“Hm.” The sorcerer seemed to come to some decision. “I have a senior locator outside, who has ridden all the way from Easthome in pursuit of you. Do you surrender? No more shaman tricks, no running away?”
What could this man do if he refused? “I’m not running anywhere.” Inglis grimaced. “I mangled my leg on the mountain.”
The sorcerer looked him up and down. “Ah. I see. Yes, mountains will do that.”
Inglis hung on his staff, feeling sick. “They in Easthome seek me as a murderer?”
“Locator Oswyl is a very precise man. I’m sure he’d say he seeks you as a suspected murderer. No one is going to hang you on the spot, you know, without all those judicial ceremonies his Order is so fond of. Everyone has to dress up, first. Not to mention what could be some fraught theological complications.” He added, “I think you had better give me your knife, for now.”
“NO.”
He went on with unimpaired weird cheer, “That’s Tollin kin Boarford’s ghost wrapped in it, yes? So Oswyl was right. I shall like to know, later, how you managed that. Speaking from my calling. Both of them, come to think.”
“I’m not going to use it to stab anyone.” Inglis’s voice was hoarse. “Else.”
“Yes, but my colleagues won’t know that. Once things are more settled, I may even be able to give it back into your care. You’ve been faithful so far, haven’t you? You’ve brought it a long way.” His voice had gone soft, persuasive. Sensible. “Why?”
“I sought a shaman.”
“You are a shaman.”
Inglis vented a bitter laugh. “Not anymore.”
The blond man looked him over. Or through him? “Surely, you are.”
“I tried. I can’t. Can’t enter the trance.” His voice, rising, fell. “I think it is a punishment. Maybe from the gods.”
The sorcerer raised his eyebrows. “So why not take your problem to your shamanic superiors at court in Easthome? They were much closer.”
“I killed Tollin,” Inglis said through his teeth. “I could not go back there and face…. everyone.”
The sorcerer took a quick glance over his shoulder. Yes, there were some other men hovering outside the door. No other exits. Trapped. How?
“Oh? I was told he’d been disemboweled by a boar. Did you stab him before, or after?”
“After. It was… it was a mercy cut.” Inglis shuddered at the memory of the knife blade going in, the pressure and the give in his hand, all mixed up with his visions as he’d descended from the plane of symbolic action, exhilarated to have completed his first investiture, to have made a fierce spirit warrior in truth. Tollin’s agonized face… “He was screaming.” It was unbearable. I had to shut him up.
“He could not have survived his injuries from the boar?”
“No. Gods, no.”
“Why didn’t you go for help then?”
“It was… very confusing in that moment.
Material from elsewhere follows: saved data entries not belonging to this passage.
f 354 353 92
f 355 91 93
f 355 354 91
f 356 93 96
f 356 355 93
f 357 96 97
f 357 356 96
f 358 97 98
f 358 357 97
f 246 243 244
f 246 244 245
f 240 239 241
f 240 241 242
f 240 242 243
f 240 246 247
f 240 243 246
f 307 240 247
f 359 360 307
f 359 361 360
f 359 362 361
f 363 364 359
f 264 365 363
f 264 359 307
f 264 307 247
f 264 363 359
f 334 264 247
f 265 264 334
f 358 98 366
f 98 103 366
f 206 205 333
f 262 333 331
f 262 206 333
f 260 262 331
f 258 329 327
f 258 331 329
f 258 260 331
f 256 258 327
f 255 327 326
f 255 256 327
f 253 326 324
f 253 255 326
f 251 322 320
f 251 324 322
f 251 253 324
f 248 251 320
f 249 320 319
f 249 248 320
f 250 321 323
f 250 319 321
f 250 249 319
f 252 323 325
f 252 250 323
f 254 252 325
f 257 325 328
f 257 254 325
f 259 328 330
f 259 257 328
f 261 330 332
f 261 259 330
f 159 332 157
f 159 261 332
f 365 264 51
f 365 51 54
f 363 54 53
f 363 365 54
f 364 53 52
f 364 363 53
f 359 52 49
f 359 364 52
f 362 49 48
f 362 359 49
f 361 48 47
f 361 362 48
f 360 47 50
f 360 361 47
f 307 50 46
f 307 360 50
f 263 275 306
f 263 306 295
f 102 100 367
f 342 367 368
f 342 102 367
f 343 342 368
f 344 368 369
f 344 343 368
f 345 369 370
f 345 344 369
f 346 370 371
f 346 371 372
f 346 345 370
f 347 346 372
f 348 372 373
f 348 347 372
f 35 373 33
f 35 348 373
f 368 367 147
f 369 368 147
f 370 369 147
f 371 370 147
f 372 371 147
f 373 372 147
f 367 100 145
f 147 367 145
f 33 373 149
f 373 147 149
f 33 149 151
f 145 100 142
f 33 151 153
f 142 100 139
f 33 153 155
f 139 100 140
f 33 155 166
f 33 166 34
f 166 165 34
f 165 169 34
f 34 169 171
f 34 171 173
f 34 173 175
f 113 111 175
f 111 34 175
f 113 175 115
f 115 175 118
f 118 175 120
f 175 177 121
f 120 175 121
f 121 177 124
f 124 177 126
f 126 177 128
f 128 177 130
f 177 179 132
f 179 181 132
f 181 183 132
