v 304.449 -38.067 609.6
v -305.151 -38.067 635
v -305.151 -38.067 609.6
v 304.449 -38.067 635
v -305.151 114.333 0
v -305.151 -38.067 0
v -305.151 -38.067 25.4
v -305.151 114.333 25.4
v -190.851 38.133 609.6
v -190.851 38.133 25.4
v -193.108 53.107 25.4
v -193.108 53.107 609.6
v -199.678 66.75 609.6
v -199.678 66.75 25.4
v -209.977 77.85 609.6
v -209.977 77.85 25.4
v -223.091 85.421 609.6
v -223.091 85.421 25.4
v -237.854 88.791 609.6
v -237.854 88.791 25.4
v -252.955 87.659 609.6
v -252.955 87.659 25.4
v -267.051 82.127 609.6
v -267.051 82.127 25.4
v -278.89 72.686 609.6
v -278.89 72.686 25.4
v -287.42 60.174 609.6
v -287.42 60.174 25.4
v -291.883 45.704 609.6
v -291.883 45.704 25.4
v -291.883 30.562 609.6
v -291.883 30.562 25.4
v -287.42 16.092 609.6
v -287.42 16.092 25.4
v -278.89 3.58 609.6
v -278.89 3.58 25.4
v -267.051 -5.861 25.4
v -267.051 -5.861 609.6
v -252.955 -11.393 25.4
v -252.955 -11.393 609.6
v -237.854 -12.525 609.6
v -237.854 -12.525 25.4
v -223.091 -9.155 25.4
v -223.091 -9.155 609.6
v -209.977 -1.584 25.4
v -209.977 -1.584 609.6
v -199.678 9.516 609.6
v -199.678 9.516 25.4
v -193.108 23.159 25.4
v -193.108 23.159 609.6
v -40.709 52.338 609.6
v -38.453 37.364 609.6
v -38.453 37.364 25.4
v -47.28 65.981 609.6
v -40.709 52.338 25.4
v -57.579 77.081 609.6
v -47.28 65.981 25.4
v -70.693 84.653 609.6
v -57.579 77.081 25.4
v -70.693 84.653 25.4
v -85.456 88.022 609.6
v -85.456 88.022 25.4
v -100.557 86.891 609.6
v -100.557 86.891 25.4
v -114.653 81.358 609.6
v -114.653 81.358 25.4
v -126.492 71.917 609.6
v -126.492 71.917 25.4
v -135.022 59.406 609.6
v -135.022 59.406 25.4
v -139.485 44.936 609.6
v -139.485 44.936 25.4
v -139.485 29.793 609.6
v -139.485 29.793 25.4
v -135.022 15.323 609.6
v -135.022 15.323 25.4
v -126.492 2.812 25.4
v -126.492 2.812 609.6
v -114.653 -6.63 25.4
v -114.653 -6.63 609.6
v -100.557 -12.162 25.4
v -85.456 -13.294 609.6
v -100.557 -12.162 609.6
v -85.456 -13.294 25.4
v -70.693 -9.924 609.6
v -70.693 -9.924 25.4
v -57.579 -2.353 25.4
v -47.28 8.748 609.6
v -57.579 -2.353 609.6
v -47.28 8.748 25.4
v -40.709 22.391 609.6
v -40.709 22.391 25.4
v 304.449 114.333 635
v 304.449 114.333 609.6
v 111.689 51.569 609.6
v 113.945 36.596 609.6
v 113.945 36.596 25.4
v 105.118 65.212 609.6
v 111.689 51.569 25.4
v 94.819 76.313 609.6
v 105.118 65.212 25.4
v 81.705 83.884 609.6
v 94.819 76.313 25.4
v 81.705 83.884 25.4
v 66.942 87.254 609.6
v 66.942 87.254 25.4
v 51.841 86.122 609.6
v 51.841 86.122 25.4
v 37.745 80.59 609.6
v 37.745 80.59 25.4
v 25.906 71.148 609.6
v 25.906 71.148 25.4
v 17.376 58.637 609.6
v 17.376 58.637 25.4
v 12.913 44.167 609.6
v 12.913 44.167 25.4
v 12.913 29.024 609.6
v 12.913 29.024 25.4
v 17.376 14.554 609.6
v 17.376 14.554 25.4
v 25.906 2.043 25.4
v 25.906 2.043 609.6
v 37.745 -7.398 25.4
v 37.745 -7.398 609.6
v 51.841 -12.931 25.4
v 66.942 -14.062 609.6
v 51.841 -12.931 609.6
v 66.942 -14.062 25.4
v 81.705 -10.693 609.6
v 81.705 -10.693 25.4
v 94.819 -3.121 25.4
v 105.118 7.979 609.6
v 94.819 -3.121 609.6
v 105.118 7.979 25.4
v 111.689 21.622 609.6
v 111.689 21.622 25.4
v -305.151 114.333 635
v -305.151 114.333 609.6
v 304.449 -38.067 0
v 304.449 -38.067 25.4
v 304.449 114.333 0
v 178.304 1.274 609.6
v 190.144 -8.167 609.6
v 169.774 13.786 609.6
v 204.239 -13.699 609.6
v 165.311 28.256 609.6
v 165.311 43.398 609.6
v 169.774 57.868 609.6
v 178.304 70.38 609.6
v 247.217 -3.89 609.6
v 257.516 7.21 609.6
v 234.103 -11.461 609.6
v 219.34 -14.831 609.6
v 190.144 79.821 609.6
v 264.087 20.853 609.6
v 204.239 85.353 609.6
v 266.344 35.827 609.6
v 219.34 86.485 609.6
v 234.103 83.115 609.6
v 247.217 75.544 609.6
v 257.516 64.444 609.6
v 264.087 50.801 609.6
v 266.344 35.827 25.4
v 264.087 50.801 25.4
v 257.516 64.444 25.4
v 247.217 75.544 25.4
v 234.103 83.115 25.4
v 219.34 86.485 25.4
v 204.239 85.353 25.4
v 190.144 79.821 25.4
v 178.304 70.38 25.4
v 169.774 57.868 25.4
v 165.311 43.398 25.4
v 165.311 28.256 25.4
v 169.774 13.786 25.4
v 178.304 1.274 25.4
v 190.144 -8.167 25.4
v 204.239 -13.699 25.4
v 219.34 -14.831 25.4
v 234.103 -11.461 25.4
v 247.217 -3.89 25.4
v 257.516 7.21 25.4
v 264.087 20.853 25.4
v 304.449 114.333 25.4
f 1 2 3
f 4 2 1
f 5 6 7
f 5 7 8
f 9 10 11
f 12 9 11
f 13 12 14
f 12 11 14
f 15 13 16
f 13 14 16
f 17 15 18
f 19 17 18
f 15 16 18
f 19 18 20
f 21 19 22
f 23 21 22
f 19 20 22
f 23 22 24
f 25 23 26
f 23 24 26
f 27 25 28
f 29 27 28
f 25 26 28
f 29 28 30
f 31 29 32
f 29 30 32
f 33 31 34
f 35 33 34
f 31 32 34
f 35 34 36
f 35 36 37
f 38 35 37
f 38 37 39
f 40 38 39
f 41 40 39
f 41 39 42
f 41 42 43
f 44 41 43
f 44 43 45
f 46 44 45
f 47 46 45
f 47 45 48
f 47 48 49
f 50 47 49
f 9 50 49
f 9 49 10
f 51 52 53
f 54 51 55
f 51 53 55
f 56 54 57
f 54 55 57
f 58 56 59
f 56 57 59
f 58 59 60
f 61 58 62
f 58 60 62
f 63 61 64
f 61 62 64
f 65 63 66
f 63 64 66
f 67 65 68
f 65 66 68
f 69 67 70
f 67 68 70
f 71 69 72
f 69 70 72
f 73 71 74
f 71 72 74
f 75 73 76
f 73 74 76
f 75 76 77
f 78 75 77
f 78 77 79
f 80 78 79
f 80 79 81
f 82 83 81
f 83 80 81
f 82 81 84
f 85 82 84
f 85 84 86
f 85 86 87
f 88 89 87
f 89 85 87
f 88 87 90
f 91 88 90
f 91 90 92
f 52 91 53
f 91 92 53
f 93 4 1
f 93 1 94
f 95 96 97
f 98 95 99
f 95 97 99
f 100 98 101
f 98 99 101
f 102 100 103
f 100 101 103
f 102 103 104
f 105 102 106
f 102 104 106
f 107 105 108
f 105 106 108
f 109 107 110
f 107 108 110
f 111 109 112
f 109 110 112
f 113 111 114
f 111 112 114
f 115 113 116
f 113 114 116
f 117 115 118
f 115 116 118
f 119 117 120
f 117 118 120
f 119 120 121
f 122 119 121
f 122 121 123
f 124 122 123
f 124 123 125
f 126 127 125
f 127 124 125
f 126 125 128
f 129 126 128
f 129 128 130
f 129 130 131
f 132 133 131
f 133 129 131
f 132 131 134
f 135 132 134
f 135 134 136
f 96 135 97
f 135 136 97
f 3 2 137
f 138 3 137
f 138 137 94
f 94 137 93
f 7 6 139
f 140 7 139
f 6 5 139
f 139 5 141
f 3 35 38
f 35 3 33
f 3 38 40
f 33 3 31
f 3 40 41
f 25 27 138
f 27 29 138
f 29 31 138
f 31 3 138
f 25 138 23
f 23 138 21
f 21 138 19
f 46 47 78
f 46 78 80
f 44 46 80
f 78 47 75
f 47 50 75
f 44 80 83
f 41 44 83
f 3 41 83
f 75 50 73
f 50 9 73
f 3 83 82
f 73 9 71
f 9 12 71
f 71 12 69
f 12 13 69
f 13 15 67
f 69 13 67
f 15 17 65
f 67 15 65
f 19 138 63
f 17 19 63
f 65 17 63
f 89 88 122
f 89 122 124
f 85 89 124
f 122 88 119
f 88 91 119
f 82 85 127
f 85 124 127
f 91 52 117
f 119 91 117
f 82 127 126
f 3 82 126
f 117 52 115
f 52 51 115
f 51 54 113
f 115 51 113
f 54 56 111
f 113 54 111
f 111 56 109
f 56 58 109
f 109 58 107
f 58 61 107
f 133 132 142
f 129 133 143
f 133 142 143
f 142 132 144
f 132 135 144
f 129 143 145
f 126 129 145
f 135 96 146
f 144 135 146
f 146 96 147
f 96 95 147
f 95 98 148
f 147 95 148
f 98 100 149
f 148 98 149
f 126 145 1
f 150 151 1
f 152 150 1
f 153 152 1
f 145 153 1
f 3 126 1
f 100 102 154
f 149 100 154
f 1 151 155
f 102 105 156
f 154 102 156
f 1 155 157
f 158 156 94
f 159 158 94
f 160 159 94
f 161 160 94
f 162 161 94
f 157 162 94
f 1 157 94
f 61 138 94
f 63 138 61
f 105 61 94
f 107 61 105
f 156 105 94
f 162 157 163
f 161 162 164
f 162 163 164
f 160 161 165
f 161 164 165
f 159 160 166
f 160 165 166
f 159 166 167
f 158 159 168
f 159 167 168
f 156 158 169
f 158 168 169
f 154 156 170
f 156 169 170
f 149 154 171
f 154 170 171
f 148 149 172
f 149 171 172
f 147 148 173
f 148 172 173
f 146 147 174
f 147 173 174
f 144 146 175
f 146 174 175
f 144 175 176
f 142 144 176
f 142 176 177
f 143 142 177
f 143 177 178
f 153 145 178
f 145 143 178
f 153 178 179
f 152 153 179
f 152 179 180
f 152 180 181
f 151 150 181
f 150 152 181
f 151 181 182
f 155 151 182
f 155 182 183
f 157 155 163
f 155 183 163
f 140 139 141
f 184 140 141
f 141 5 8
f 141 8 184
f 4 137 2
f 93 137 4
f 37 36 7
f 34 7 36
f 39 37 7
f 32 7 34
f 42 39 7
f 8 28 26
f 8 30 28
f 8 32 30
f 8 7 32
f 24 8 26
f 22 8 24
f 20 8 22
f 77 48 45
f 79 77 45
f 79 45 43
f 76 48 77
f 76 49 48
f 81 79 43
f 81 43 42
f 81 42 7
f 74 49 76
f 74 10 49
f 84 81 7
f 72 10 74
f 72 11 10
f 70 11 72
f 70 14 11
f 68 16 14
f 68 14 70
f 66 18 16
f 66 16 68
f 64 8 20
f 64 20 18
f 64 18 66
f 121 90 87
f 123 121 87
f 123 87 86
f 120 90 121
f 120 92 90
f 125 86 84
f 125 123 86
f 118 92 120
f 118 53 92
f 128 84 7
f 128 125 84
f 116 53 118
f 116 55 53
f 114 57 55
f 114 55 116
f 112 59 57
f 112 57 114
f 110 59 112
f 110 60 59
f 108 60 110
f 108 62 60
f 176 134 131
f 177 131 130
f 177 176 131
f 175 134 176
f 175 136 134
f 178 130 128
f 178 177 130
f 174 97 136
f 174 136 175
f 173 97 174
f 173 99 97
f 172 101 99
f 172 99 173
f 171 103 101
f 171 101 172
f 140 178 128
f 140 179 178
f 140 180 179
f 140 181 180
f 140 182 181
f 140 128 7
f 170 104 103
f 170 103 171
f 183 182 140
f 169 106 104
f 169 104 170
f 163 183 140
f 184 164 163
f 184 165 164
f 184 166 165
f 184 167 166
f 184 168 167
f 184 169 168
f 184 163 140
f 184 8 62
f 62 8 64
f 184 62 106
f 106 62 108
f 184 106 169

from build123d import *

# Parameters (mm, degrees)
F0_W     = 609.6
F0_H     = 152.4
F1_DEPTH = 25.4
F2_R     = 50.8
F3_DEPTH = 609.6
F4_W     = 609.6
F4_H     = 152.4
F4_R     = 50.8
F5_DEPTH = 25.4


with BuildPart() as f1:
    # F0 (on Top) → F1 (new body)
    with BuildSketch(Plane.XY):
        with Locations((-0.350654, 38.133061)):
            Rectangle(F0_W, F0_H)
    extrude(amount=F1_DEPTH)

    # F2 (on face) → F3 (join)
    with BuildSketch(Plane.XY.offset(25.4)):
        with Locations((215.54353, 35.826997)):
            Circle(F2_R)
        with Locations((63.145469, 36.595685)):
            Circle(F2_R)
        with Locations((-89.252593, 37.364373)):
            Circle(F2_R)
        with Locations((-241.650654, 38.133061)):
            Circle(F2_R)
    extrude(amount=F3_DEPTH)

    # F4 (on face) → F5 (join)
    with BuildSketch(Plane.XY.offset(635)):
        with Locations((-0.350654, 38.133061)):
            Rectangle(F4_W, F4_H)
        with Locations((-241.650654, 38.133061)):
            Circle(F4_R, mode=Mode.SUBTRACT)
    extrude(amount=-F5_DEPTH)


solid = f1.part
He must have planted his knife in the beast’s neck even as he was being ripped open. I captured its spirit and passed it into Tollin before I came back to, back to, to the sty. To the blood.” His wolf-within had been wildly excited by the blood, nearly uncontrollable. Inglis could, he supposed, have claimed that he’d lost control of his powers in that moment. He’d considered that defense, on his long ride north. But I didn’t. Not really.
That came later.
“Came back… out of your shamanic trance?”
“Yes.”
“Did you mean to bind his spirit to your knife?”
“No! Yes… I don’t know. I don’t know how I did that.” Well, Inglis knew what he’d done. He’d been taught about the banner-carriers, hallowed Old Wealdean warriors who were charged with carrying away from the field of battle the souls of their fallen spirit-warrior comrades. And the souls of those dying but not yet dead. The fatally wounded must have included kinsmen, friends, mentors. Had those mercy cuts, to sever the soul from its body and bind it to the banner for that strange rescue, been as horrible for them as it had been for him? I think it must.
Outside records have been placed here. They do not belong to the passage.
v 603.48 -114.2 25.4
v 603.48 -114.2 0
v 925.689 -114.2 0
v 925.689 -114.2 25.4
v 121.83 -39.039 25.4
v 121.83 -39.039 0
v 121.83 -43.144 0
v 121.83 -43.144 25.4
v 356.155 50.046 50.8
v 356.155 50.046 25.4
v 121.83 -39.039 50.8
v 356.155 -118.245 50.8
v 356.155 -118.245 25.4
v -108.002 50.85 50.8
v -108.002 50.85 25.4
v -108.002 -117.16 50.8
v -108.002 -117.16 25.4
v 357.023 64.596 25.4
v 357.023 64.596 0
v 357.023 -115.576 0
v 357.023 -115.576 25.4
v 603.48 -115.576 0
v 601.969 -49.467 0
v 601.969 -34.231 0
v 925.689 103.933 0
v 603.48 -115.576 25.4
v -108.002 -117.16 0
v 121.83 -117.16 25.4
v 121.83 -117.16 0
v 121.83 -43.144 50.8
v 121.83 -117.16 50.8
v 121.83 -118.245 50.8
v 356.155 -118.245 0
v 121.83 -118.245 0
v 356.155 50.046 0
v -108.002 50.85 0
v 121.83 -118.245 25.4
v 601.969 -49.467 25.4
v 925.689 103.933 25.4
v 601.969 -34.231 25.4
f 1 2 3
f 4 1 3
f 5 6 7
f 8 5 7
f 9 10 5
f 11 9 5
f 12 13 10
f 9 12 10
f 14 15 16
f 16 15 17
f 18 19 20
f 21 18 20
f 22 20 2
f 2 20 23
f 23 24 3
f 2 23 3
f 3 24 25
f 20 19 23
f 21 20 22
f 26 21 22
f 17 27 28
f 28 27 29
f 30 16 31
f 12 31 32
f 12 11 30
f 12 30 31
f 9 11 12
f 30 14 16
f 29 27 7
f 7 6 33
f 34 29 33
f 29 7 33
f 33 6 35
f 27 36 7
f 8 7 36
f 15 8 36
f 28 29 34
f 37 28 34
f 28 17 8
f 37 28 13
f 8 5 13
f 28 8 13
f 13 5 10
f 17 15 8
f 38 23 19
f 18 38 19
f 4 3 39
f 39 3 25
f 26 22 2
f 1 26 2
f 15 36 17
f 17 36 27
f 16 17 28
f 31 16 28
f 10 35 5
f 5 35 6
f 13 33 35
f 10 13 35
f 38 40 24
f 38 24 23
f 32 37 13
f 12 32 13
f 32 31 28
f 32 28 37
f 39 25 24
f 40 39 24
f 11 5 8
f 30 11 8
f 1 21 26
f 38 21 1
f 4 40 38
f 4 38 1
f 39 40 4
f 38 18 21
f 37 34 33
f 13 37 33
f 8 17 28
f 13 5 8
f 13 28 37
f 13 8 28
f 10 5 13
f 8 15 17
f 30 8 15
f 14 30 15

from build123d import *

# Parameters (mm, degrees)
F1_DEPTH = 25.4
F3_DEPTH = 25.4
F5_DEPTH = 25.4
F7_DEPTH = 25.4


with BuildPart() as f1:
    # F0 (on Top) → F1 (new body)
    with BuildSketch(Plane.XY):
        Polygon((-108.002335, 50.849989), (-108.002335, -117.160052), (124.526531, -117.160052), (124.526531, -44.246912), align=None)
    extrude(amount=F1_DEPTH)

    # F2 (on Top) → F3 (join)
    with BuildSketch(Plane.XY):
        Polygon((121.829599, -39.03918), (121.829599, -118.244544), (356.155217, -118.244544), (356.155217, 50.045814), align=None)
    extrude(amount=F3_DEPTH)


with BuildPart() as f5:
    # F4 (on Top) + F3_face (on face) → F5 (new body)
    with BuildSketch(Plane.XY):
        Polygon((357.022703, 64.596415), (357.022703, -115.576446), (603.479803, -115.576446), (603.479803, -50.169855), align=None)
    with BuildSketch(Plane(origin=(125.264919, -53.655909, 25.4), x_dir=(1, 0, 0), z_dir=(0, 0, 1))):
        Polygon((-3.43532, 10.511956), (-233.267254, 104.505898), (-233.267254, -63.504143), (-3.43532, -63.504143), (-3.43532, -64.588635), (230.890298, -64.588635), (230.890298, 103.701723), (-3.43532, 14.616729), align=None)
    extrude(amount=F5_DEPTH)

    # F6 (on Top) → F7 (join)
    with BuildSketch(Plane.XY):
        Polygon((601.969481, -34.231037), (601.969481, -114.199877), (925.68922, -114.199877), (925.68922, 103.933185), align=None)
    extrude(amount=F7_DEPTH)


solid = Compound([f1.part, f5.part])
“Was this investiture Tollin’s idea, or yours?”
“His. He’d badgered me for weeks. But none of this would have happened if I hadn’t agreed to try the rite. I wanted to test my powers. And… and then there was Tolla.”
“His sister, yes? Oswyl mentioned her. I gather your courtship was not prospering. So why not use your weirding voice on her directly?”
Inglis glared at him, offended. Arrow growled.
“Nah, nah.” The sorcerer gave a dissimulating wave of his fingers. “You have a romantic heart, I see.” As Inglis glared harder, he went on, “I’m Learned Penric of Martensbridge, by the way. Temple sorcerer of the Bastard’s Order, presently serving the court of the princess-archdivine, who assigned me to this Grayjay…” He jerked his head toward the doorway.
That near-youth was a Temple divine? Yes, he had to be, to be entrusted with his demonic passenger. Beyond Learned Penric Inglis saw another man entering the temple hall. Three more clustered behind him, two armed with short swords and one with a cavalry crossbow, and following them, yet another fellow—middle-aged, shabbier, anxious.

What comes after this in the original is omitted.